### Supplied data
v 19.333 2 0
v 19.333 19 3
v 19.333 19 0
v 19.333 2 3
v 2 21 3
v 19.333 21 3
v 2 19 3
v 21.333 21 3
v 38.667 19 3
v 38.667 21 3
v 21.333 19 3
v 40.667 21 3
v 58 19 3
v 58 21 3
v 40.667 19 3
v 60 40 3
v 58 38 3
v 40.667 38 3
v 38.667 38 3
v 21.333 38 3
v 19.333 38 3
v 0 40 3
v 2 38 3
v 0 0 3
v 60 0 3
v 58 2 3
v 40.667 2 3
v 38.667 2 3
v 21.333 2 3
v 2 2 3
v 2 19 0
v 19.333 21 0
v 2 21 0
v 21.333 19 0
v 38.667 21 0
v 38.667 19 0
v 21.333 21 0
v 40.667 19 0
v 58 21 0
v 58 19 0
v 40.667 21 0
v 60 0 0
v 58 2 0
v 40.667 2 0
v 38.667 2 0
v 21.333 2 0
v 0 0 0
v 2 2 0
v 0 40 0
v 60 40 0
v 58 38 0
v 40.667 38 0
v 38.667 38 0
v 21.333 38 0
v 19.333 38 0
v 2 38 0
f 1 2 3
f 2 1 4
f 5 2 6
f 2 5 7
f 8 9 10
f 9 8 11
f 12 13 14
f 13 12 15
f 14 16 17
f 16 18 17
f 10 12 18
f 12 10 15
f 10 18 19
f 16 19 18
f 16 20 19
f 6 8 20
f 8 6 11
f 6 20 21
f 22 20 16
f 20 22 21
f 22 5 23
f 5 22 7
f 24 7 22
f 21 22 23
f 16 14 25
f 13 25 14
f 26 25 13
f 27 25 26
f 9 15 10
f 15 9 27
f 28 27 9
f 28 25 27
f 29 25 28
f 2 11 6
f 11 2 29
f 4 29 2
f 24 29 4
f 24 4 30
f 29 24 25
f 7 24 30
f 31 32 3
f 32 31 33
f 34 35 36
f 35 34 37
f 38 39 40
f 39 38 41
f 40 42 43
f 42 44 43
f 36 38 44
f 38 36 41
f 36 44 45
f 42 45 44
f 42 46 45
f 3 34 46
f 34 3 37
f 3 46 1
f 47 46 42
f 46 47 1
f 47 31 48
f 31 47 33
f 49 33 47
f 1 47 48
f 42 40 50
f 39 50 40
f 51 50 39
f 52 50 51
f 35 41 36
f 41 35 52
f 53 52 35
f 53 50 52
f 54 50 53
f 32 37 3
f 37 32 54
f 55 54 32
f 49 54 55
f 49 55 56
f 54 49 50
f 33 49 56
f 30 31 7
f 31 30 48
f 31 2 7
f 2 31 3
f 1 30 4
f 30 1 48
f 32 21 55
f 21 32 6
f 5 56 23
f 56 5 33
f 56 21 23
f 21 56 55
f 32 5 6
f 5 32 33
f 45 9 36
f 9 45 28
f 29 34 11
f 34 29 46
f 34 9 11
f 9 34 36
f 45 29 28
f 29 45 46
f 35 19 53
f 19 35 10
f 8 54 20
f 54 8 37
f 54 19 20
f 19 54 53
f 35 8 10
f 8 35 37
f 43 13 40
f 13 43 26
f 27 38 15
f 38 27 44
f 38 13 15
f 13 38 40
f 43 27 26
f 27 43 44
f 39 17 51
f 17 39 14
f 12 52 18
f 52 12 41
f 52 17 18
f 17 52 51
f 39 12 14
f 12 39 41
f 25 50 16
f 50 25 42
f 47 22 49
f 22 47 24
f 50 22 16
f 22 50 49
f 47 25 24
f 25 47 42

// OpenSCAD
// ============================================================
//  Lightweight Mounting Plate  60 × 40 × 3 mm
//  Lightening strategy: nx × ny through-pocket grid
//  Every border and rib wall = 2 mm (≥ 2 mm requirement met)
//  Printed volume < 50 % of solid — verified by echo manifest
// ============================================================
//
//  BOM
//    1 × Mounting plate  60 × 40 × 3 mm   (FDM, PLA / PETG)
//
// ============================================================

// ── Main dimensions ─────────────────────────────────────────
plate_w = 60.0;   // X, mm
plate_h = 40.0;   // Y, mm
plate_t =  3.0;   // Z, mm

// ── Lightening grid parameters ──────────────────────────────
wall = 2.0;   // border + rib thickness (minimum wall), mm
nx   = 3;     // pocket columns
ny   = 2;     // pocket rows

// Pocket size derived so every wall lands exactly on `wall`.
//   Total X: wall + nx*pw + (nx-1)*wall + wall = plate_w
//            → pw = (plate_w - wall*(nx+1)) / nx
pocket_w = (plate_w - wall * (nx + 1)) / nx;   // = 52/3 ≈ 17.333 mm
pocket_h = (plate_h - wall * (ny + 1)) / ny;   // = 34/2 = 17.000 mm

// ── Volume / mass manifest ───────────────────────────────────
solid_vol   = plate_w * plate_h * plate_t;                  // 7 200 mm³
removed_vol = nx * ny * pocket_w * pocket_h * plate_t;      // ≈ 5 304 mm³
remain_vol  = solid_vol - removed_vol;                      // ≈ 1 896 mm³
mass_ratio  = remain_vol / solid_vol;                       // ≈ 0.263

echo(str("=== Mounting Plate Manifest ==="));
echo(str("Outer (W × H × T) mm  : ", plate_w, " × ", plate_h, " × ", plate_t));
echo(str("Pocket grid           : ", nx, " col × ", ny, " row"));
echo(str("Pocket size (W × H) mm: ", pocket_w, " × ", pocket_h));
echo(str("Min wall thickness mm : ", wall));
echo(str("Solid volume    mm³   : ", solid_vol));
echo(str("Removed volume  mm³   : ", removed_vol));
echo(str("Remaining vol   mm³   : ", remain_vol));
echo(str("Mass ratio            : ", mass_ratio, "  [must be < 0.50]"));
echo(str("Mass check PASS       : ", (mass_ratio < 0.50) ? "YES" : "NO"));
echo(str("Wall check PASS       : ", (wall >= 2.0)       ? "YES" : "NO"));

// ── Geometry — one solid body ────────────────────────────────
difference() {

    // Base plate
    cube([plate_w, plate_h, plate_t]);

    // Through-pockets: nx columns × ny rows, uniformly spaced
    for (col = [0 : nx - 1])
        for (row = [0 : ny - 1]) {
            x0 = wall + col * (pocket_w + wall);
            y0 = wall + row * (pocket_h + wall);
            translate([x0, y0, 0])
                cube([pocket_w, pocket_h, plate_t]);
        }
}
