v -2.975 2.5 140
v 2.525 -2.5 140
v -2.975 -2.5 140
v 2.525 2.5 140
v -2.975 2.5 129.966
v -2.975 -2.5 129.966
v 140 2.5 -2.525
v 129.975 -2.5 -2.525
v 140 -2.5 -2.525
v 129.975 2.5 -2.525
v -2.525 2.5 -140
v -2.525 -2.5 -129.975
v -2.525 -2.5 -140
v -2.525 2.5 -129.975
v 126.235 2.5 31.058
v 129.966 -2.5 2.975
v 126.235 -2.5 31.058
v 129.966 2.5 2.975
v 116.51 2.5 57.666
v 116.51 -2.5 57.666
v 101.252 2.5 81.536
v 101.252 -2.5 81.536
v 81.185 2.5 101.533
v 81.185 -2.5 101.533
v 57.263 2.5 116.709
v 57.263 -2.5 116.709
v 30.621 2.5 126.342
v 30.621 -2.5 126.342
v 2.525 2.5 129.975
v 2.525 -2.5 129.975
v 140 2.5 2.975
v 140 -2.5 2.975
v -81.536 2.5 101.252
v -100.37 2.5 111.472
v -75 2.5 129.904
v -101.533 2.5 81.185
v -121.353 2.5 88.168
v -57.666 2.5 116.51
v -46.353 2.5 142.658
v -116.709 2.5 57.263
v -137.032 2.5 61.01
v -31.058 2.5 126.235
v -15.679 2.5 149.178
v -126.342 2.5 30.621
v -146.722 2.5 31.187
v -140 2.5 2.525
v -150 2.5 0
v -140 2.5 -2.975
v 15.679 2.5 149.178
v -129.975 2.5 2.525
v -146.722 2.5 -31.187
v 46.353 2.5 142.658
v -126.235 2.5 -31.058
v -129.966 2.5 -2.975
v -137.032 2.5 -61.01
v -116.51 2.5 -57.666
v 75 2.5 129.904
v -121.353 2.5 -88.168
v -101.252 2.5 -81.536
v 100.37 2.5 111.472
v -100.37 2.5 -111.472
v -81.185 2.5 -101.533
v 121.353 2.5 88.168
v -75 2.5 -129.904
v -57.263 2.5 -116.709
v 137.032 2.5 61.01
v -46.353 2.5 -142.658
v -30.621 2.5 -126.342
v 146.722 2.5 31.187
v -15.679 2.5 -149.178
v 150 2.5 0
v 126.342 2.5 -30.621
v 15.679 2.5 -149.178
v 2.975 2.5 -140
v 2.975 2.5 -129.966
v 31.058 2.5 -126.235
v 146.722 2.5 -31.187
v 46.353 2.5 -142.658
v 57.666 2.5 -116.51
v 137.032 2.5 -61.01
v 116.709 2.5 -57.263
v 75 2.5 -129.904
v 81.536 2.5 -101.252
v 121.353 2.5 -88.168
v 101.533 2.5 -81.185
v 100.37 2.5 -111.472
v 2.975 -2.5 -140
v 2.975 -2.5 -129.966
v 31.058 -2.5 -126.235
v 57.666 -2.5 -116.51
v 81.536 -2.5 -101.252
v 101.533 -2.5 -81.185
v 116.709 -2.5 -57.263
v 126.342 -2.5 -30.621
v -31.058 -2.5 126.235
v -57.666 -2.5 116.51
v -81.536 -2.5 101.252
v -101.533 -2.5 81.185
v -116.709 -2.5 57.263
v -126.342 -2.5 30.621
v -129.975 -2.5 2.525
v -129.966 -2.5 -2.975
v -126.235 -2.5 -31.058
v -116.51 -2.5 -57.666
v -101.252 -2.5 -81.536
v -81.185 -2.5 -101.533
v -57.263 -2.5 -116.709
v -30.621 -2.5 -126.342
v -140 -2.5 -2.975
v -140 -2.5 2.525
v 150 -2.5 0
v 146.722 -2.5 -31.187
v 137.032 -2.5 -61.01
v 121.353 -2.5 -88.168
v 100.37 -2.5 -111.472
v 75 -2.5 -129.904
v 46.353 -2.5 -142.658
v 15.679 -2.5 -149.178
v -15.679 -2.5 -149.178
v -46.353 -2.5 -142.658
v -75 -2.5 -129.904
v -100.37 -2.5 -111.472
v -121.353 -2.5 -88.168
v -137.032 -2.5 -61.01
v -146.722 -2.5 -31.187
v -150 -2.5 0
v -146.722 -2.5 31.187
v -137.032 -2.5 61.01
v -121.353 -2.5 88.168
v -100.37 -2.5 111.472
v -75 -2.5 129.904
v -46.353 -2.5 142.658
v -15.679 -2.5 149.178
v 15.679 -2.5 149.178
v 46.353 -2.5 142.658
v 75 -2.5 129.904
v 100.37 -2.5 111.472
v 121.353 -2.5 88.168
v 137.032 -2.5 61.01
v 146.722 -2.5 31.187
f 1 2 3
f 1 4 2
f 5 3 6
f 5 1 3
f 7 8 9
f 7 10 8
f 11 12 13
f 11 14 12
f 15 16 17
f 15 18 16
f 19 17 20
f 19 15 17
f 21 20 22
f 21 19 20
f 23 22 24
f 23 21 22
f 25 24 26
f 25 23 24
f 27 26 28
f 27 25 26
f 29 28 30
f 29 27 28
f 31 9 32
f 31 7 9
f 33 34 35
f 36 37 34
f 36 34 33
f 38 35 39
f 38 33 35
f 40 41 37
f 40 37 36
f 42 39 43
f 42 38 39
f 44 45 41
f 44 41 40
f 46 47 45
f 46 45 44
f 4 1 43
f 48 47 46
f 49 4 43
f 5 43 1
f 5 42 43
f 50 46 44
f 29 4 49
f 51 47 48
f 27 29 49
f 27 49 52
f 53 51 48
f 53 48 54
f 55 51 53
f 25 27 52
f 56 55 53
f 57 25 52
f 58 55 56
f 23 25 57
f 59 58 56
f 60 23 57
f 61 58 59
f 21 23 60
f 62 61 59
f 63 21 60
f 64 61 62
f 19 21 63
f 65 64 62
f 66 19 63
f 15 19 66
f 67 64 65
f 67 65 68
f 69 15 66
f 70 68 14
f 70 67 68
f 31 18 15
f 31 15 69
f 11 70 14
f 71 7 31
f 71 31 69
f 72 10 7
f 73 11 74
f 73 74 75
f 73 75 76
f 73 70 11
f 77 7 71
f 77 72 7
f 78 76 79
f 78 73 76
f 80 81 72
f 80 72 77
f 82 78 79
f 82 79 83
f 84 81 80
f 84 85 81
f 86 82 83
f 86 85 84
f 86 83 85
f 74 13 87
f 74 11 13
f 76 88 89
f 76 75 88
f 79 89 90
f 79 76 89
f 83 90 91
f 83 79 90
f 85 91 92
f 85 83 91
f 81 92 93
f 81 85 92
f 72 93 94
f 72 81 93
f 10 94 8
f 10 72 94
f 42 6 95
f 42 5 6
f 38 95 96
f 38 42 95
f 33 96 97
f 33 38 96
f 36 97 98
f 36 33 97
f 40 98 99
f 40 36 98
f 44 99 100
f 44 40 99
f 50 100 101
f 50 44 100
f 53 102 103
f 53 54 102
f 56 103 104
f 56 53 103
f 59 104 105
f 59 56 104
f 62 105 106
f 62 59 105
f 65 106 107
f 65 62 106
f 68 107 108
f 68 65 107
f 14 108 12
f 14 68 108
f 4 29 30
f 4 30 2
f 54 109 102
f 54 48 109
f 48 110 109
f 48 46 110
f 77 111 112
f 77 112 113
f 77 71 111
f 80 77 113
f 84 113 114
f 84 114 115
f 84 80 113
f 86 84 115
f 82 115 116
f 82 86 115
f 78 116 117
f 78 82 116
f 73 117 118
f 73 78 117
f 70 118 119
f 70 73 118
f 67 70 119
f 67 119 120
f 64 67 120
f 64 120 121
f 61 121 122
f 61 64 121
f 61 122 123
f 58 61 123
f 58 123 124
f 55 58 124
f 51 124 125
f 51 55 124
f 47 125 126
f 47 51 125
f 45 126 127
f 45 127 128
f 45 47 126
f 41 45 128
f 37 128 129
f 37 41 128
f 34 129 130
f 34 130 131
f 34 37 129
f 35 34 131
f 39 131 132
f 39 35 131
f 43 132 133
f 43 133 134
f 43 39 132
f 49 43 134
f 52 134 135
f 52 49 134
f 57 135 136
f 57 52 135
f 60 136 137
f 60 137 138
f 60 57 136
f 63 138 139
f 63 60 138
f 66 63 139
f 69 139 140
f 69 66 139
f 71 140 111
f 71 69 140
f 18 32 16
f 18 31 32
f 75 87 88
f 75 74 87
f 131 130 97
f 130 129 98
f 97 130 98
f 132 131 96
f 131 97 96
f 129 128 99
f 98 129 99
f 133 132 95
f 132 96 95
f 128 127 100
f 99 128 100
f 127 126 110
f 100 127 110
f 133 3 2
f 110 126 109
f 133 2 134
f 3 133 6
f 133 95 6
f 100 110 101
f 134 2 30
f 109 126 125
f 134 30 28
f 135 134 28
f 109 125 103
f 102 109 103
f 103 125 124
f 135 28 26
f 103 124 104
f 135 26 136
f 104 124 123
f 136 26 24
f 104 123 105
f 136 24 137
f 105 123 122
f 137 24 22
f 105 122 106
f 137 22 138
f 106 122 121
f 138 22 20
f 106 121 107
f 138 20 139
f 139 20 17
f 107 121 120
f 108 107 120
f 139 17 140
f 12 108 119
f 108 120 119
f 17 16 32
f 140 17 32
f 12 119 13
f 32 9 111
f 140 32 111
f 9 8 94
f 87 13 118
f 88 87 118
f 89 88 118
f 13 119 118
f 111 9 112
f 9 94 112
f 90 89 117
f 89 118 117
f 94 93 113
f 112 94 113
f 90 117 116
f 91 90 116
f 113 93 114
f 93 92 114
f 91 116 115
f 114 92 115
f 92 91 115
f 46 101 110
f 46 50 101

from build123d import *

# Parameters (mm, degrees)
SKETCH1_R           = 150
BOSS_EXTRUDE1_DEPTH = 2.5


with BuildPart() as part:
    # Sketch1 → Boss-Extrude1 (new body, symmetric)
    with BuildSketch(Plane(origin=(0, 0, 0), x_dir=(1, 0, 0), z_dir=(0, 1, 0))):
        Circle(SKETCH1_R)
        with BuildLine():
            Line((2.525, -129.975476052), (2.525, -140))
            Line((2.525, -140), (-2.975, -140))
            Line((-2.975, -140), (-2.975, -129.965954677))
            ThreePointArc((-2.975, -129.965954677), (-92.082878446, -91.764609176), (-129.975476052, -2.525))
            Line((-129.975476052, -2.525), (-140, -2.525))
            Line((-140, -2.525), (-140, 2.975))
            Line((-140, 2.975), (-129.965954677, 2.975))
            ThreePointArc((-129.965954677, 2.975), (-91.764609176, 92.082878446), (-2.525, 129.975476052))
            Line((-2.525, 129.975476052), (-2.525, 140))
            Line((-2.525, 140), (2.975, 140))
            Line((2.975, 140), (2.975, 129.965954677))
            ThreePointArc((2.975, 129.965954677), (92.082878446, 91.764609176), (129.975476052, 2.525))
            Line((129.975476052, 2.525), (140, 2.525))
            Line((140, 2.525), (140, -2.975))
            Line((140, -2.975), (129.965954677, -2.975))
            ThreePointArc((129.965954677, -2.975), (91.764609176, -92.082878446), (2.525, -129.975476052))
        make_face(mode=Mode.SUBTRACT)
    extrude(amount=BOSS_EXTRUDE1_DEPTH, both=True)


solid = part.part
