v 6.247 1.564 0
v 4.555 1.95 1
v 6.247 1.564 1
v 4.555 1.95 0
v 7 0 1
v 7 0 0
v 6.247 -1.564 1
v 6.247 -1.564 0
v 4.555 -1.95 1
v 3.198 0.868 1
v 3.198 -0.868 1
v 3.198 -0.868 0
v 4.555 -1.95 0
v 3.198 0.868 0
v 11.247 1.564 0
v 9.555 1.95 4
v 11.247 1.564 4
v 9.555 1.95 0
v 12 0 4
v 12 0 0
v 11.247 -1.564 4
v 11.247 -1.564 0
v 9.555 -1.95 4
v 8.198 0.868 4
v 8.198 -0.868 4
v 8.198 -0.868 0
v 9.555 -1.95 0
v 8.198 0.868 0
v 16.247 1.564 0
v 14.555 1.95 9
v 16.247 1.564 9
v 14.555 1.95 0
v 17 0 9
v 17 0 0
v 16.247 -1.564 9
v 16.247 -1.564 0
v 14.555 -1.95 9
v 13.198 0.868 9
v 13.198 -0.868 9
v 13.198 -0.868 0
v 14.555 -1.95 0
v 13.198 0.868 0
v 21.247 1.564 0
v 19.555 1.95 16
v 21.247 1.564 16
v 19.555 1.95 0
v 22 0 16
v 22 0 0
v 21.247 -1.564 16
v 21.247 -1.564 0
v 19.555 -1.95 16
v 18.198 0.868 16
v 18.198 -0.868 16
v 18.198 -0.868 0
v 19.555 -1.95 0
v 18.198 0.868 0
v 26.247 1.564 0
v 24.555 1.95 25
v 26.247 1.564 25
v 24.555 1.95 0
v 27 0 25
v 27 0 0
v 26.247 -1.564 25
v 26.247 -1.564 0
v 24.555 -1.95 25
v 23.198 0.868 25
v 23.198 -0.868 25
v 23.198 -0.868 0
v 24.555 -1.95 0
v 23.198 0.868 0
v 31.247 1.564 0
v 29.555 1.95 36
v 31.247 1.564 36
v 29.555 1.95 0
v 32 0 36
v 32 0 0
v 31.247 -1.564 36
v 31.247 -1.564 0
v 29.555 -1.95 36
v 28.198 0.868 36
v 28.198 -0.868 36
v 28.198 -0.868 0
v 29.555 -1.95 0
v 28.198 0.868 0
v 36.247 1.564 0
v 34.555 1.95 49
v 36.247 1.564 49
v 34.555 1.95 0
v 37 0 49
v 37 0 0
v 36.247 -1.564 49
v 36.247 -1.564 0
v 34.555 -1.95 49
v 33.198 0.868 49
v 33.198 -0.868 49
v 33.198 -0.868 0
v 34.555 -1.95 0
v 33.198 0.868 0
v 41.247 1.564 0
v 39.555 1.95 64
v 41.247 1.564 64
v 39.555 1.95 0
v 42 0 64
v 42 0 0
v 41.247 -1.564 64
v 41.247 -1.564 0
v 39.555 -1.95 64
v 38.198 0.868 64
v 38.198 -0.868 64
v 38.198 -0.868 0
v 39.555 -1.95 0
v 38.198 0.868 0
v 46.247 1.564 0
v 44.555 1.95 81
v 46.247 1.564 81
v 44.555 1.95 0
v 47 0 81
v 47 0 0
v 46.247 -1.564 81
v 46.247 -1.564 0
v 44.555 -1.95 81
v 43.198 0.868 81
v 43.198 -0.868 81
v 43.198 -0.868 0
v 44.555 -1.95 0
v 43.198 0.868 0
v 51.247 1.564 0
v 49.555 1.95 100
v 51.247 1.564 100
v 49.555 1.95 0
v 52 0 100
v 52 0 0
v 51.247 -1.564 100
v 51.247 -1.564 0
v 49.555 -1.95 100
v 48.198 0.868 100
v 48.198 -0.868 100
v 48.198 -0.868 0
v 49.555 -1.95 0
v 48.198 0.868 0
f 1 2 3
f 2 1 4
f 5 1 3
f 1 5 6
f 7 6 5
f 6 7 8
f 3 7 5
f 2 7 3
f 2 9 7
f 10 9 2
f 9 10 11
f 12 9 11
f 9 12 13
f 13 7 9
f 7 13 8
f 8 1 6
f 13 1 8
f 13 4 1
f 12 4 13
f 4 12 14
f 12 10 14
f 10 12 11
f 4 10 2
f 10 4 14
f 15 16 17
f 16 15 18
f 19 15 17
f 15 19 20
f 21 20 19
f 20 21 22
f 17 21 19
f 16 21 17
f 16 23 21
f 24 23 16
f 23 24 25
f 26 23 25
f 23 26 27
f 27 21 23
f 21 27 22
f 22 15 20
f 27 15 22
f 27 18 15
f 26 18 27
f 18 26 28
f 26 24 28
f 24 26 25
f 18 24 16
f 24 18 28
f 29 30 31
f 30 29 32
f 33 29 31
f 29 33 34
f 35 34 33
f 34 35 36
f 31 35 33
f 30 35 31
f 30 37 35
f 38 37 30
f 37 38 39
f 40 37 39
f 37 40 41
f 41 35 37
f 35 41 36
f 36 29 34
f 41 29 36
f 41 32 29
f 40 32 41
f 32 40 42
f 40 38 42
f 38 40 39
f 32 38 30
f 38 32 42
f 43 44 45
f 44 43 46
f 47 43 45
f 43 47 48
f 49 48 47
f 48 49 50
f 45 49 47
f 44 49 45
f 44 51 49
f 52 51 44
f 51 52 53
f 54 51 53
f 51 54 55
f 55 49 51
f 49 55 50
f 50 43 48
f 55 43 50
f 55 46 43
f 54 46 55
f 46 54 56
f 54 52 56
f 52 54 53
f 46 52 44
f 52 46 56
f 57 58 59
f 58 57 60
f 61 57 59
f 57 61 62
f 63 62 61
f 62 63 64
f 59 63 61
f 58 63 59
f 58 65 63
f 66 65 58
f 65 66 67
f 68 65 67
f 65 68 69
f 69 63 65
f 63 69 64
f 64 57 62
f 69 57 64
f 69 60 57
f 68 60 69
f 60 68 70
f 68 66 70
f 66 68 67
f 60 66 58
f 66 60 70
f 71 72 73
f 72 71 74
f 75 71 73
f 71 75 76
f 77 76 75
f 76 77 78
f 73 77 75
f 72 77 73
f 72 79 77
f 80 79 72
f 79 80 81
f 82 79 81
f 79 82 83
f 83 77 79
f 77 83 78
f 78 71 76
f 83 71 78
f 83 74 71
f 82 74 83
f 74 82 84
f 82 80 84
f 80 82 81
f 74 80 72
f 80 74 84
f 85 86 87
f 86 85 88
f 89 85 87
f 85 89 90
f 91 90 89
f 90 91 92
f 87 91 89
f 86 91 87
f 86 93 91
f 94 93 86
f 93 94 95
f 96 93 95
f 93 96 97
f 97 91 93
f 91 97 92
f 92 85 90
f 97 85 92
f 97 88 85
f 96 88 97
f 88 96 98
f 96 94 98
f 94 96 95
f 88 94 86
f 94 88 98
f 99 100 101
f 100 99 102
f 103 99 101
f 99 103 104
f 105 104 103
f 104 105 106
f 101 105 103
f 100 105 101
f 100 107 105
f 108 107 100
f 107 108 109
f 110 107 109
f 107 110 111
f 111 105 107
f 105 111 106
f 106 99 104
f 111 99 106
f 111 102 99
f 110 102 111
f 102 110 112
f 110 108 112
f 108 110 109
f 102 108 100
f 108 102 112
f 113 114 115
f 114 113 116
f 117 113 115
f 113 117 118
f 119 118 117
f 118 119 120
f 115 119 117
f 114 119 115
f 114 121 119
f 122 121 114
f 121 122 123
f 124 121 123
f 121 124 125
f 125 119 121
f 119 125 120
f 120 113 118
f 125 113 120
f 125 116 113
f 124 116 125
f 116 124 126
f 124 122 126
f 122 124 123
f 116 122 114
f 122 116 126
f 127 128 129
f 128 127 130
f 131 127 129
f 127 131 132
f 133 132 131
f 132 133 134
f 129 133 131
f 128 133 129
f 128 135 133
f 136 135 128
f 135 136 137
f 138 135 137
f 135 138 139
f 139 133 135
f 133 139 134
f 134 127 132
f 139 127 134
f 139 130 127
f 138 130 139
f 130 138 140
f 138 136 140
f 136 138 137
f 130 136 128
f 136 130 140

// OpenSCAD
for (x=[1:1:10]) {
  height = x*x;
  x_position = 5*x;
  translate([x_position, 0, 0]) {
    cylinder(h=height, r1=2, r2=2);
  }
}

### What to work on
Retype the entries above exactly, but only from the line containing "f 90 89 117" through the line containing "f 46 50 101", both included.

### Response to the exercise
f 90 89 117
f 89 118 117
f 94 93 113
f 112 94 113
f 90 117 116
f 91 90 116
f 113 93 114
f 93 92 114
f 91 116 115
f 114 92 115
f 92 91 115
f 46 101 110
f 46 50 101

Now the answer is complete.